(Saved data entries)
• • • • • • •

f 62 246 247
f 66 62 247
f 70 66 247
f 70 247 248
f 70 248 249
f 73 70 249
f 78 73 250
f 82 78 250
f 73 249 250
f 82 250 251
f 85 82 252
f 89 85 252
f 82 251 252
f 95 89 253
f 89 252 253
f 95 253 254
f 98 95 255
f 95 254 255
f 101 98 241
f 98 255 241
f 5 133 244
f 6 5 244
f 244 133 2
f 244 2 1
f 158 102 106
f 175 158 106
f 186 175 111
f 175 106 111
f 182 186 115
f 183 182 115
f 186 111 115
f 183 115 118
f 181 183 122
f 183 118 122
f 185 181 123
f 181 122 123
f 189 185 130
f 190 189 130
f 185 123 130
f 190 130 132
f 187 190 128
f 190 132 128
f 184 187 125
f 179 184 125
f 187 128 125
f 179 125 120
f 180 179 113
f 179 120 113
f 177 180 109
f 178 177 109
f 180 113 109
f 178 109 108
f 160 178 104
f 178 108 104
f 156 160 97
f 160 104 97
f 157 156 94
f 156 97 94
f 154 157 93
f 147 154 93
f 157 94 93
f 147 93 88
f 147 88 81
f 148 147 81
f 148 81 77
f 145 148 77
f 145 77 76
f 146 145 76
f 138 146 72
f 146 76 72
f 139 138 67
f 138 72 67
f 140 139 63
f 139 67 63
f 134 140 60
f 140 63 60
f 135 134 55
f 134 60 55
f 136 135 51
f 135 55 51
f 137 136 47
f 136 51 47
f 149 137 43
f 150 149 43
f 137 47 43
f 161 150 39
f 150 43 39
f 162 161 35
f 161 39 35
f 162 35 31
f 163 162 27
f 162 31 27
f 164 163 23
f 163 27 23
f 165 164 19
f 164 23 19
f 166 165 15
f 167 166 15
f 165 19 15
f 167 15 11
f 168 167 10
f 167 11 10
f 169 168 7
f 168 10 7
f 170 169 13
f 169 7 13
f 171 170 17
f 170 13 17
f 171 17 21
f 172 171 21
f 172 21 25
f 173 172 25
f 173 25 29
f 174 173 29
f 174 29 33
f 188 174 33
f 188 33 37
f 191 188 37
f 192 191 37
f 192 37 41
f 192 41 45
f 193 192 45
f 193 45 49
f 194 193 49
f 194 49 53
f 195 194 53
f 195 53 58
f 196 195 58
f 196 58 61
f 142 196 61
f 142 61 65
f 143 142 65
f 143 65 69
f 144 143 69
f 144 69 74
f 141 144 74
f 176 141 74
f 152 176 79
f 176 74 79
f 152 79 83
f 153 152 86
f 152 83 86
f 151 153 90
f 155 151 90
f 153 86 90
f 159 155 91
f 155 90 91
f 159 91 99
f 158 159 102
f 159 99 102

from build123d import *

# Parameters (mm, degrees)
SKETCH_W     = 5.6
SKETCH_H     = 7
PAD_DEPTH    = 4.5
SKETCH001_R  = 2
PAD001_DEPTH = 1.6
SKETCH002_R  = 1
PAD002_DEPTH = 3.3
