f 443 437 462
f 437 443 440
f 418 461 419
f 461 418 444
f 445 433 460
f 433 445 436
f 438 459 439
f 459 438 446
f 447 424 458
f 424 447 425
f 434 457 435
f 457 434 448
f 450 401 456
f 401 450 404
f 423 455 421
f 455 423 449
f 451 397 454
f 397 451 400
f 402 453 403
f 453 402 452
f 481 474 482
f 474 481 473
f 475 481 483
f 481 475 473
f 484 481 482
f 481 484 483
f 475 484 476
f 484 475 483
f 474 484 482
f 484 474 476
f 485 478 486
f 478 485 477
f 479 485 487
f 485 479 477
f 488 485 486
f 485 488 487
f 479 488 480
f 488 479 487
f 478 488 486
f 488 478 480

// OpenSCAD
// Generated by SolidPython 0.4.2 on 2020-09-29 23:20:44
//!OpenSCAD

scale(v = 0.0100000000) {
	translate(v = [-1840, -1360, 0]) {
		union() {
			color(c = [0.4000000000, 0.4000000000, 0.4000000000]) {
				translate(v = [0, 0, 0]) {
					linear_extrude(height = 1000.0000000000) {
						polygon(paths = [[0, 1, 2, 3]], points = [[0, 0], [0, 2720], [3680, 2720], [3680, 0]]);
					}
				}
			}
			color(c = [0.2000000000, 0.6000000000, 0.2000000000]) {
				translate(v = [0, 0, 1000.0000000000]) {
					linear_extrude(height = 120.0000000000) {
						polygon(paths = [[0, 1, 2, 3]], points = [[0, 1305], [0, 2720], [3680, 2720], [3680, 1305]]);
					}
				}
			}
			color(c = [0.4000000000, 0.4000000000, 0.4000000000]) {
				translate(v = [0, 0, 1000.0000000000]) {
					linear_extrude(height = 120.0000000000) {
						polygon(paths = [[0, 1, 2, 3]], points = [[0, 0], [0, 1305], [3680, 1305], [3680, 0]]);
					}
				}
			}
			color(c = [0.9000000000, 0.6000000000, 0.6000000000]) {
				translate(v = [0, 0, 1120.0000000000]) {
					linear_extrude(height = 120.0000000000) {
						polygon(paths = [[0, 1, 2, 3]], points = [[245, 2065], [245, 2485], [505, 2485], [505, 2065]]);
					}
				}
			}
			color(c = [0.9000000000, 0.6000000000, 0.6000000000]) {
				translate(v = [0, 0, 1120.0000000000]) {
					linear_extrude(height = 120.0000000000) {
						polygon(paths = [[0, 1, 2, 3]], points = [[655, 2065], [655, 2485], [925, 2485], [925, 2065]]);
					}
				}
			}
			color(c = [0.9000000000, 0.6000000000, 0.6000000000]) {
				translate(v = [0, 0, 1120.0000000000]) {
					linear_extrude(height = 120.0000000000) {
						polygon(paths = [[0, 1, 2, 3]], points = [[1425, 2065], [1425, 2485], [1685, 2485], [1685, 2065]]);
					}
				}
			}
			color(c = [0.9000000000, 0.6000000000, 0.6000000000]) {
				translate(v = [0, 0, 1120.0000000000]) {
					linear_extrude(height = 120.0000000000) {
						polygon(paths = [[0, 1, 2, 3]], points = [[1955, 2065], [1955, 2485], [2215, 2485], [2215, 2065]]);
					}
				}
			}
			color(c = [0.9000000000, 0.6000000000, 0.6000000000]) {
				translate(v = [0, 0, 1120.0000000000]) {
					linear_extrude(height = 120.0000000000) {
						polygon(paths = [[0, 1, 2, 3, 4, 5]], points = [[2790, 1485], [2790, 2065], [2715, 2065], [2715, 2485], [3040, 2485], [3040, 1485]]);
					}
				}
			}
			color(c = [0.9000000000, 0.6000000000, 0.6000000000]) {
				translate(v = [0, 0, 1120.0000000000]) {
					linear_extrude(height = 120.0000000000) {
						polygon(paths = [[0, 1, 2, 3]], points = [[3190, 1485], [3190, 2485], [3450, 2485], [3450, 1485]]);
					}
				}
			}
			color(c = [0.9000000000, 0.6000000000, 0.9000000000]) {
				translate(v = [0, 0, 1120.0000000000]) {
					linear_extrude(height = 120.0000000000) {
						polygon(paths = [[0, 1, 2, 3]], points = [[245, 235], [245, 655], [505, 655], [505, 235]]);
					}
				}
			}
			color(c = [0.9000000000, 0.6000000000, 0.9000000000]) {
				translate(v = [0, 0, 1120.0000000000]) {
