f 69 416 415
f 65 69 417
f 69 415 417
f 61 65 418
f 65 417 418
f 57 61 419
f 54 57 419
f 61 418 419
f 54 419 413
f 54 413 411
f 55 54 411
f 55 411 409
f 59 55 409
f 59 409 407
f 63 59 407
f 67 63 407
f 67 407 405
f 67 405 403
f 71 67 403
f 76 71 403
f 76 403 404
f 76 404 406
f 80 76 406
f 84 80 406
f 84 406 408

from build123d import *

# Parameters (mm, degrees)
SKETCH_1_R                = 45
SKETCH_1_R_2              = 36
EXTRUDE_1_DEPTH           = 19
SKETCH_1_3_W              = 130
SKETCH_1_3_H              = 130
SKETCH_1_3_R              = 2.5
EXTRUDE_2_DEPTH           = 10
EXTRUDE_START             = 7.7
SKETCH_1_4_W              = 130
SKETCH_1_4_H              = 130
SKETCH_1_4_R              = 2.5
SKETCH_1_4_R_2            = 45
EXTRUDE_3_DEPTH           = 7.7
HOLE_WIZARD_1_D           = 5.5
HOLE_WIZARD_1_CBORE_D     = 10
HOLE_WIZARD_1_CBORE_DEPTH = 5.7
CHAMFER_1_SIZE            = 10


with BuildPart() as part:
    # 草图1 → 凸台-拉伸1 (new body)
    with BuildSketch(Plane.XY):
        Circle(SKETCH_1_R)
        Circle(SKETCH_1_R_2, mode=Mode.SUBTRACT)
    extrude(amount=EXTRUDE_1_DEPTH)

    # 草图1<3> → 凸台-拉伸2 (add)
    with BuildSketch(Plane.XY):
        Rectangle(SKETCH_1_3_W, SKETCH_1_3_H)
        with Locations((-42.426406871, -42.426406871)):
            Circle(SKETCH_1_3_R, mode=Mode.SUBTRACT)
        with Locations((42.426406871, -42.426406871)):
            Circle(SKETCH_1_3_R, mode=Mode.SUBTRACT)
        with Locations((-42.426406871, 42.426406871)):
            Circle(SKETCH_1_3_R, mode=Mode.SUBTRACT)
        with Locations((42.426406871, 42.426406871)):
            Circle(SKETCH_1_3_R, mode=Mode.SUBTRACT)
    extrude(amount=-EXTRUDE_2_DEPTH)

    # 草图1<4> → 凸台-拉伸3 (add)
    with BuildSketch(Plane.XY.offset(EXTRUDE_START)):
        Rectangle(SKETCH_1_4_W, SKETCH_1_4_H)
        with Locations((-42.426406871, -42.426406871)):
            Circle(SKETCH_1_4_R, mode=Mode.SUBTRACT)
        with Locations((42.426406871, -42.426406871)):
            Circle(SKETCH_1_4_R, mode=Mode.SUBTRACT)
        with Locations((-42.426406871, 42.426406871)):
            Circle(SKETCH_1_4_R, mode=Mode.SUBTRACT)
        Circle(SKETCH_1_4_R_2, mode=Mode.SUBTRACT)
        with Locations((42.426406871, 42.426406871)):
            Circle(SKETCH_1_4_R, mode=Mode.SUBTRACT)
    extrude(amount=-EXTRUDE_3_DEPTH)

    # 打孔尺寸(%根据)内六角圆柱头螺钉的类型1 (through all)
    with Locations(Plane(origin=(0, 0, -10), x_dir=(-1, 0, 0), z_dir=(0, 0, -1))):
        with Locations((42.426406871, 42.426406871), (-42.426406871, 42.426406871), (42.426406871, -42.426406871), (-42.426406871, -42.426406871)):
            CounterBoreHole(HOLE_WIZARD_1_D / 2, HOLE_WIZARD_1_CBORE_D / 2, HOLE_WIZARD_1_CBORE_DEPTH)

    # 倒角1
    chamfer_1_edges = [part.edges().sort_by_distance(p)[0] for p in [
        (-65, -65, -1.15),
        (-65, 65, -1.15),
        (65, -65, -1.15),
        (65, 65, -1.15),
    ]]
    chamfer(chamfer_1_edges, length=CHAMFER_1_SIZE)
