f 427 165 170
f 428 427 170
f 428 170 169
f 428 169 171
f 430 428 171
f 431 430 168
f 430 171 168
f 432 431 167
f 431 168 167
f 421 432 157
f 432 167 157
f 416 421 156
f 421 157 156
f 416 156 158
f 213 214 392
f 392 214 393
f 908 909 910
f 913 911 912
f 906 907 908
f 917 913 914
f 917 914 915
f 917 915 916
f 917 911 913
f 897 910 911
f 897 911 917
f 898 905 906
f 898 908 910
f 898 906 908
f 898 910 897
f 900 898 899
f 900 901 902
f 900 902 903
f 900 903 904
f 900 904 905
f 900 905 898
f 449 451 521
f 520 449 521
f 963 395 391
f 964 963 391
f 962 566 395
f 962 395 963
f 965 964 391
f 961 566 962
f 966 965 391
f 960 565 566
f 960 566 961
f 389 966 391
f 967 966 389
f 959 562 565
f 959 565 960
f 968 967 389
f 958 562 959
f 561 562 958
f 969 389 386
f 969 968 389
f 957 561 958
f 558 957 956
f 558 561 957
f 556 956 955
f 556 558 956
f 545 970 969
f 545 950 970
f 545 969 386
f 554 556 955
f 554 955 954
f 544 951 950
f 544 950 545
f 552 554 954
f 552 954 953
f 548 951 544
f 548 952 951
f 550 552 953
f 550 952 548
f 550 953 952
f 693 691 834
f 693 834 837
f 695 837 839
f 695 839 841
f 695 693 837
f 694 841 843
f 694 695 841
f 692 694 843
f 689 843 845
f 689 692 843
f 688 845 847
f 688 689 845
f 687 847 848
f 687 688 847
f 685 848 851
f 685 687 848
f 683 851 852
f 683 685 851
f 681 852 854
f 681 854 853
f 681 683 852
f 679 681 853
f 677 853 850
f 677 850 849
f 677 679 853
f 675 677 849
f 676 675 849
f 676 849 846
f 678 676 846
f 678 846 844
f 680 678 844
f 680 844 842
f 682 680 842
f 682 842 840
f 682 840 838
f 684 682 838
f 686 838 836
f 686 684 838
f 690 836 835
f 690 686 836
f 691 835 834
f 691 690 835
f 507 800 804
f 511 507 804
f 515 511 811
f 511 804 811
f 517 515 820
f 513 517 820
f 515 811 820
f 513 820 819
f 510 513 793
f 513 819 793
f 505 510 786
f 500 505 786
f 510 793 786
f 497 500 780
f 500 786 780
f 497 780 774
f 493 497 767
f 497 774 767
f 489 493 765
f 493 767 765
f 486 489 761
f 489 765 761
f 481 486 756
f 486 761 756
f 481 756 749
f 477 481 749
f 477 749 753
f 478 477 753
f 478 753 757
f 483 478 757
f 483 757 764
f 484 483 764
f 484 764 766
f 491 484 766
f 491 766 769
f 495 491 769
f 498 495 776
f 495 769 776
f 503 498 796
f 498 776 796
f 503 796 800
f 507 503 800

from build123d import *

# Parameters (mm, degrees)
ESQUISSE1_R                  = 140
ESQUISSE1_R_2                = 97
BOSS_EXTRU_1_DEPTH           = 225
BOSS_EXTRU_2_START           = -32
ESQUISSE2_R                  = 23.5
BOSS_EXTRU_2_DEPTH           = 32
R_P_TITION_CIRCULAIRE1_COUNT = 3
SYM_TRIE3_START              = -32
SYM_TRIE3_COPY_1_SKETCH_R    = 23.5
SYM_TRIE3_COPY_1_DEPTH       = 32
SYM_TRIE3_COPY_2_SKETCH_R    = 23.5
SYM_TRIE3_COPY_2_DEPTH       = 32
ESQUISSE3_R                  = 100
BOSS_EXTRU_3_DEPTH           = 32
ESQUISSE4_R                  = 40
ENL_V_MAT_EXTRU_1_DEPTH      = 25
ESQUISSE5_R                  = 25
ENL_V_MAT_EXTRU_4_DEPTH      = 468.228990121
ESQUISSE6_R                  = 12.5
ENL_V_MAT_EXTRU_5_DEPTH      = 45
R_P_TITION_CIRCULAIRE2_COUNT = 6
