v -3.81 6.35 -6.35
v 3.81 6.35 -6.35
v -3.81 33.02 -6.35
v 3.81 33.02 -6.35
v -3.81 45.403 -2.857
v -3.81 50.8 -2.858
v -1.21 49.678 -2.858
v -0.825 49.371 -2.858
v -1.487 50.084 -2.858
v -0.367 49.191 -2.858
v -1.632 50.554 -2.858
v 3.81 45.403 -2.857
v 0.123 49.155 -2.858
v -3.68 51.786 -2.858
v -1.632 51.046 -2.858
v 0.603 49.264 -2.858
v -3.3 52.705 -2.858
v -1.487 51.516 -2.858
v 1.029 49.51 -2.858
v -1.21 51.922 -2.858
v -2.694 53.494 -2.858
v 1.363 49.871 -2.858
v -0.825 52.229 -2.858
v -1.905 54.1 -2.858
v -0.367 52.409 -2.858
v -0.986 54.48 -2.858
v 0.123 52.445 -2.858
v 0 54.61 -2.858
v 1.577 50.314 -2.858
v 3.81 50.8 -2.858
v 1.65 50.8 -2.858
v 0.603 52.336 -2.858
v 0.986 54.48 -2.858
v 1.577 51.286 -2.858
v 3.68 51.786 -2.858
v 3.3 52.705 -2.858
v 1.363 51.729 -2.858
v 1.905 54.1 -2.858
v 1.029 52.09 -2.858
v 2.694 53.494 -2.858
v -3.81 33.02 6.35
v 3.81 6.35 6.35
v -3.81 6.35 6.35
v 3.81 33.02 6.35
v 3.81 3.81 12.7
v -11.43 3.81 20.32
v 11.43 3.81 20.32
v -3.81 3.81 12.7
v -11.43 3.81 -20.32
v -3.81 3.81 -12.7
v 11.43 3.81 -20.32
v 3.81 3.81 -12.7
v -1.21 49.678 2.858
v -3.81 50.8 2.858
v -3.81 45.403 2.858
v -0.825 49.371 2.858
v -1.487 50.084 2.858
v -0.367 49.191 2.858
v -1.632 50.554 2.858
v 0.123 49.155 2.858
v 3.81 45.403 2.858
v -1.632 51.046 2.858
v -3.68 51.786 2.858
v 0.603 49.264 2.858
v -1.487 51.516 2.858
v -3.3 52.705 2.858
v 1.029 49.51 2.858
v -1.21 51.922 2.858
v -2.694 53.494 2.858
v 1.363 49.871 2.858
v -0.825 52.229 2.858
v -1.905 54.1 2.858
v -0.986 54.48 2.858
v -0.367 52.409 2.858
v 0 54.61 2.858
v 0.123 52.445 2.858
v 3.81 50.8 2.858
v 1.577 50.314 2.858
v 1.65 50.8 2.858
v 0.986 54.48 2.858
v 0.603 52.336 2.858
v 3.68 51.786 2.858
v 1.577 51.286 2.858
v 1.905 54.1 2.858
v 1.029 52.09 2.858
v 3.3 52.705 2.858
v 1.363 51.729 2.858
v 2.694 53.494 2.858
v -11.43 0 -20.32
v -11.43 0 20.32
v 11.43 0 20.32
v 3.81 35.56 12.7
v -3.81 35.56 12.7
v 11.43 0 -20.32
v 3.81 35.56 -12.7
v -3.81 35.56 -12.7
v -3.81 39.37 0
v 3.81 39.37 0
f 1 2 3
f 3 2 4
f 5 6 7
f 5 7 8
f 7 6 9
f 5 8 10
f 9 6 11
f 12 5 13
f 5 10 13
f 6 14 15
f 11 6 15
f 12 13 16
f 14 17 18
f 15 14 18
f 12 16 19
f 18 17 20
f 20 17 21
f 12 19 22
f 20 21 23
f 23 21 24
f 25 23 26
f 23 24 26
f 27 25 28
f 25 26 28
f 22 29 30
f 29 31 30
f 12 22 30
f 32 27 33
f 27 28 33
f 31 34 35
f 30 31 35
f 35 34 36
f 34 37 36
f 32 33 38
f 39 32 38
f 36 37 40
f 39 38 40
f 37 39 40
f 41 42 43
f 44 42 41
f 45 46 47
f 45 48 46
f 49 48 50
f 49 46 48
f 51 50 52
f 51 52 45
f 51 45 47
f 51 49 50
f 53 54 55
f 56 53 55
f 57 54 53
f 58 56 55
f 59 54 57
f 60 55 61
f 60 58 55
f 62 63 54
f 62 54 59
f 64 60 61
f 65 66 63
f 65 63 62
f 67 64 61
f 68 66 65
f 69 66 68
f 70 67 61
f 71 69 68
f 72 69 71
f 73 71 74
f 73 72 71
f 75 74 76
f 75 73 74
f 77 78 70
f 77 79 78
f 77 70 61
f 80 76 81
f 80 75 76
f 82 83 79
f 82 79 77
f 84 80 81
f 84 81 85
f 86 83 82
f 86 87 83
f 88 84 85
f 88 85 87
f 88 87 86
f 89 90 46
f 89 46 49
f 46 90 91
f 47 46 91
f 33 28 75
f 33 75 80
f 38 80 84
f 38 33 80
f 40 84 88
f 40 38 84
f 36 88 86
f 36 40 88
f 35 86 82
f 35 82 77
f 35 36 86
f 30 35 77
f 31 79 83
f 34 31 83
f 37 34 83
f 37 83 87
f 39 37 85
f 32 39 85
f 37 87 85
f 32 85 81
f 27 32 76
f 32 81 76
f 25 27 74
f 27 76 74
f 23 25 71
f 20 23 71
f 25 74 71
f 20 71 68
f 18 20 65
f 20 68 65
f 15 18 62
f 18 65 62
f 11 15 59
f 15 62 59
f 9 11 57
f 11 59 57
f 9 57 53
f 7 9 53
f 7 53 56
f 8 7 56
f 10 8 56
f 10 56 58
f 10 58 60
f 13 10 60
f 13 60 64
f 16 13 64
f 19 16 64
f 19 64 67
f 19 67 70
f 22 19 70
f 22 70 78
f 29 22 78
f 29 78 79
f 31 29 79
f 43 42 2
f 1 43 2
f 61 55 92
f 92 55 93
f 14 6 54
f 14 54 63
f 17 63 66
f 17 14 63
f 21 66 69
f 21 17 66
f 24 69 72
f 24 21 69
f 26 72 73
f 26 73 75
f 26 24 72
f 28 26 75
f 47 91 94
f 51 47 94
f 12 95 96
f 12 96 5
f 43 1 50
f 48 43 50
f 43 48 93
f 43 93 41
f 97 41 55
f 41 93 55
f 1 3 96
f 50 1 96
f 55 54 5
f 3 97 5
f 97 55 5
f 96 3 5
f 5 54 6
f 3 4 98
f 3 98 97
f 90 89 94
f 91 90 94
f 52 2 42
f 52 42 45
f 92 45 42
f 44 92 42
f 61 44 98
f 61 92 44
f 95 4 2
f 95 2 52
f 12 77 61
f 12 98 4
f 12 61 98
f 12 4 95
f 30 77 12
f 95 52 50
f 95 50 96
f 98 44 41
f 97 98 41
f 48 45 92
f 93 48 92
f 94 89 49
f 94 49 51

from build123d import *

# Parameters (mm, degrees)
SKETCH2_W            = 25.4
SKETCH2_H            = 48.26
BOSS_EXTRUDE1_DEPTH  = 3.81
SKETCH5_W            = 12.7
SKETCH5_H            = 33.02
CUT_EXTRUDE2_DEPTH   = 51.481501562
SKETCH4_W            = 22.86
SKETCH4_H            = 40.64
BOSS_EXTRUDE3_DEPTH  = 3.81
CHAMFER1_SIZE        = 6.35
SKETCH9_W            = 7.62
SKETCH9_H            = 6.35
BOSS_EXTRUDE4_DEPTH  = 2.8575
M3_CLEARANCE_HOLE1_D = 3.3
CHAMFER2_SIZE        = 12.7
CUT_EXTRUDE3_START   = -15.5575
CUT_EXTRUDE3_DEPTH   = 5.715


# Read off the part's stored shape, not the designer's step: Cut-Extrude3
# Some blends are built 0.0001 mm under size
with BuildPart() as part:
    # Sketch2 → Boss-Extrude1 (new, symmetric)
    with BuildSketch(Plane(origin=(0, 0, 0), x_dir=(0, 0, -1), z_dir=(1, 0, 0))):
        with Locations((0, 24.13)):
            Rectangle(SKETCH2_W, SKETCH2_H)
    extrude(amount=BOSS_EXTRUDE1_DEPTH, both=True)

    # Sketch5 → Cut-Extrude2 (cut, through all)
    with BuildSketch(Plane(origin=(3.81, 0, 0), x_dir=(0, 0, -1), z_dir=(1, 0, 0))):
        with Locations((0, 22.86)):
            Rectangle(SKETCH5_W, SKETCH5_H)
    extrude(amount=-CUT_EXTRUDE2_DEPTH, mode=Mode.SUBTRACT)

    # Sketch4 → Boss-Extrude3 (add)
    with BuildSketch(Plane(origin=(0, 0, 0), x_dir=(1, 0, 0), z_dir=(0, 1, 0))):
        Rectangle(SKETCH4_W, SKETCH4_H)
    extrude(amount=BOSS_EXTRUDE3_DEPTH)

    # Chamfer1
    chamfer1_edges = [part.edges().sort_by_distance(p)[0] for p in [
        (0, 39.37, 6.35),
        (0, 39.37, -6.35),
    ]]
    chamfer(chamfer1_edges, length=CHAMFER1_SIZE - 0.0001)  # a hair under: the kernel refuses the full size

    # Sketch9 → Boss-Extrude4 (add, symmetric)
    with BuildSketch(Plane.XY):
        with Locations((0, 51.435)):
            Rectangle(SKETCH9_W, SKETCH9_H)
    extrude(amount=BOSS_EXTRUDE4_DEPTH, both=True)

    # M3 Clearance Hole1 (through all)
    with Locations(Plane(origin=(0, 0, -12.7), x_dir=(-1, 0, 0), z_dir=(0, 0, -1))):
        with Locations((0, 50.8)):
            Hole(M3_CLEARANCE_HOLE1_D / 2)

    # Chamfer2
    # the kernel refuses this chamfer: 12.7 mm, written as the material it takes off along each edge
    with BuildSketch(Plane(origin=(36.470373947, 48.26, -12.7), x_dir=(0, -0.9996219169112966, -0.0274958766105866), z_dir=(-1, 0, 0))) as chamfer2_piece_1_section:
        Polygon((CHAMFER2_SIZE * 0.999621916911, CHAMFER2_SIZE * 0.0274958766106), (-CHAMFER2_SIZE * 0.0274958766106, CHAMFER2_SIZE * 0.999621916911), (0, 0), align=None)
    chamfer2_piece_1 = extrude(amount=72.940747894, mode=Mode.PRIVATE)
    chamfer2_piece_1 = split(chamfer2_piece_1, bisect_by=Plane(origin=(0, 43.83103101, -2.8575), z_dir=(0, 0, -1)), keep=Keep.TOP, mode=Mode.PRIVATE)
    add(chamfer2_piece_1, mode=Mode.SUBTRACT)
    with BuildSketch(Plane(origin=(-36.470373947, 48.26, 12.7), x_dir=(0, 0.02749587661058674, -0.9996219169112966), z_dir=(1, 0, 0))) as chamfer2_piece_2_section:
        Polygon((CHAMFER2_SIZE * 0.999621916911, -CHAMFER2_SIZE * 0.0274958766106), (-CHAMFER2_SIZE * 0.0274958766106, -CHAMFER2_SIZE * 0.999621916911), (0, 0), align=None)
    chamfer2_piece_2 = extrude(amount=72.940747894, mode=Mode.PRIVATE)
    chamfer2_piece_2 = split(chamfer2_piece_2, bisect_by=Plane(origin=(0, 43.83103101, 2.8575), z_dir=(0, 0, 1)), keep=Keep.TOP, mode=Mode.PRIVATE)
    add(chamfer2_piece_2, mode=Mode.SUBTRACT)

    # Cut-Extrude3 outline → Cut-Extrude3 (cut)
    with BuildSketch(Plane.XY.offset(12.7).offset(CUT_EXTRUDE3_START)):
        with BuildLine():
            Line((-3.81, 54.61), (-3.81, 50.8))
            ThreePointArc((-3.81, 50.8), (-2.694076836, 53.494076836), (0, 54.61))
            Line((0, 54.61), (-3.81, 54.61))
        make_face()
        with BuildLine():
            Line((3.81, 54.61), (0, 54.61))
            ThreePointArc((0, 54.61), (2.694076836, 53.494076836), (3.81, 50.8))
            Line((3.81, 50.8), (3.81, 54.61))
        make_face()
    extrude(amount=CUT_EXTRUDE3_DEPTH, mode=Mode.SUBTRACT)


solid = part.part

• • • • • • •

__Exercise objective__. Would you please repeat exactly the lines above, starting at the line with "f 517 515 820" and stopping at the line with "f 491 766 769", both included?

__Response to this exercise__.
f 517 515 820
f 513 517 820
f 515 811 820
f 513 820 819
f 510 513 793
f 513 819 793
f 505 510 786
f 500 505 786
f 510 793 786
f 497 500 780
f 500 786 780
f 497 780 774
f 493 497 767
f 497 774 767
f 489 493 765
f 493 767 765
f 486 489 761
f 489 765 761
f 481 486 756
f 486 761 756
f 481 756 749
f 477 481 749
f 477 749 753
f 478 477 753
f 478 753 757
f 483 478 757
f 483 757 764
f 484 483 764
f 484 764 766
f 491 484 766
f 491 766 769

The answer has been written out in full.